◆ AVAILABLE DATA
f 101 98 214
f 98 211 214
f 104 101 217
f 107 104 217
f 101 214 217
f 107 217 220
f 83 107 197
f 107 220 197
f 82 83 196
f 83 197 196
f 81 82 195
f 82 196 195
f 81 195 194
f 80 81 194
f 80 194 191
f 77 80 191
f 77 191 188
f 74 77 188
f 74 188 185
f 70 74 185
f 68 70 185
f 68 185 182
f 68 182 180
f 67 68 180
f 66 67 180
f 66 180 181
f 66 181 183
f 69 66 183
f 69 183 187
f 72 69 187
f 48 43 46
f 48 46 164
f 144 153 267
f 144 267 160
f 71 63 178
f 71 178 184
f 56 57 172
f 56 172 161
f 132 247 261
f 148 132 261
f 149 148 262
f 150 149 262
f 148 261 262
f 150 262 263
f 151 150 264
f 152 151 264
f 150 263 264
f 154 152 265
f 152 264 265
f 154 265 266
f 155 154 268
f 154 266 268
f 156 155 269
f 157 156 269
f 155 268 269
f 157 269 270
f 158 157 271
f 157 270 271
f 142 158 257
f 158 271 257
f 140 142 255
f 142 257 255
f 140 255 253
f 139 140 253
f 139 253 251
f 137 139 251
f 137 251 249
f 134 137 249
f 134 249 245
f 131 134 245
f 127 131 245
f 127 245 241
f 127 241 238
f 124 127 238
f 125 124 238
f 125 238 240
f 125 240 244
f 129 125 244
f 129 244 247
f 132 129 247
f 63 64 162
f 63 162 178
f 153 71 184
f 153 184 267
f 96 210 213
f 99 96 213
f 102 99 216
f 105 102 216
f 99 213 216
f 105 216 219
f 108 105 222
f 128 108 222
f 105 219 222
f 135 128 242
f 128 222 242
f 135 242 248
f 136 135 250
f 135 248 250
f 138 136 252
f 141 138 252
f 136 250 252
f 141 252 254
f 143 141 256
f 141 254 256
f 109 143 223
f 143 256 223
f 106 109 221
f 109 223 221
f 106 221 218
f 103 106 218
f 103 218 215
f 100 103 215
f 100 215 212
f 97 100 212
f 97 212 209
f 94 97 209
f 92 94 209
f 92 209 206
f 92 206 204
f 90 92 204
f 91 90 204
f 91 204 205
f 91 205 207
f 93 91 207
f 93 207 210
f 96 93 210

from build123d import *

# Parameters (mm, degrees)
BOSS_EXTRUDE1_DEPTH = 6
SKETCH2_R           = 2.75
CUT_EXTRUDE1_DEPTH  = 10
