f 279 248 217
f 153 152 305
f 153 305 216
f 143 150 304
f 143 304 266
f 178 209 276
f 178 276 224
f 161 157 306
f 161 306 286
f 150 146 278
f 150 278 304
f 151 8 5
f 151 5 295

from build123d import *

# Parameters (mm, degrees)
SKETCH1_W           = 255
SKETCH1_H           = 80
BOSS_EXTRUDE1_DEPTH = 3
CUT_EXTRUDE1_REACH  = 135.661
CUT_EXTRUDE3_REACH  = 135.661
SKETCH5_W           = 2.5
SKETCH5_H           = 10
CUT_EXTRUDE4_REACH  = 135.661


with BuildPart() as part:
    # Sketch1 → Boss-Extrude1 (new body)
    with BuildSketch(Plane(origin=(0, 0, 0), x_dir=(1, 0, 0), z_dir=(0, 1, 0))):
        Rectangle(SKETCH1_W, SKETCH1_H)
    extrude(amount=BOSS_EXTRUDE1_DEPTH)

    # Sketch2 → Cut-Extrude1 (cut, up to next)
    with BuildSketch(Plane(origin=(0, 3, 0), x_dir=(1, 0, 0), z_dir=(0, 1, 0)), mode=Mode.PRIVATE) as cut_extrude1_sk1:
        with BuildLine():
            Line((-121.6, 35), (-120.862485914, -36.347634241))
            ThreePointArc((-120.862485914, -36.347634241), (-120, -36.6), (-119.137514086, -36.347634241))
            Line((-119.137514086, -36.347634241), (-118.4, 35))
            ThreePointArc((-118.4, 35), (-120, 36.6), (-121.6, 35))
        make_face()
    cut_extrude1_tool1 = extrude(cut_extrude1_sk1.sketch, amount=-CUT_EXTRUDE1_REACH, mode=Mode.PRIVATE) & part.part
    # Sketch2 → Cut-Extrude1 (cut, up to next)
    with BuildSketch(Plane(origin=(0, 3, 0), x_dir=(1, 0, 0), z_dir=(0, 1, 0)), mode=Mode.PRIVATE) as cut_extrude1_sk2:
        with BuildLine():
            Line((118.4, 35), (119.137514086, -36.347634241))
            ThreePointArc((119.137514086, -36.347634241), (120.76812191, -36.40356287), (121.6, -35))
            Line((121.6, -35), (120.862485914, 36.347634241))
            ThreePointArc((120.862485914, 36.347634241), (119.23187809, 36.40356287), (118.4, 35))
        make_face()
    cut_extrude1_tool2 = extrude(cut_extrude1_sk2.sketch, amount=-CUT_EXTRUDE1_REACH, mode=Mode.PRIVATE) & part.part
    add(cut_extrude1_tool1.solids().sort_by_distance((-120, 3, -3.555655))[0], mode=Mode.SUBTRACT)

◆ EXERCISE OBJECTIVE
In the data above, find the line with "f 77 80 191" and the line with "f 158 271 257". Retype both, plus every line between them, exactly.

◆ WRITTEN RESPONSE
f 77 80 191
f 77 191 188
f 74 77 188
f 74 188 185
f 70 74 185
f 68 70 185
f 68 185 182
f 68 182 180
f 67 68 180
f 66 67 180
f 66 180 181
f 66 181 183
f 69 66 183
f 69 183 187
f 72 69 187
f 48 43 46
f 48 46 164
f 144 153 267
f 144 267 160
f 71 63 178
f 71 178 184
f 56 57 172
f 56 172 161
f 132 247 261
f 148 132 261
f 149 148 262
f 150 149 262
f 148 261 262
f 150 262 263
f 151 150 264
f 152 151 264
f 150 263 264
f 154 152 265
f 152 264 265
f 154 265 266
f 155 154 268
f 154 266 268
f 156 155 269
f 157 156 269
f 155 268 269
f 157 269 270
f 158 157 271
f 157 270 271
f 142 158 257
f 158 271 257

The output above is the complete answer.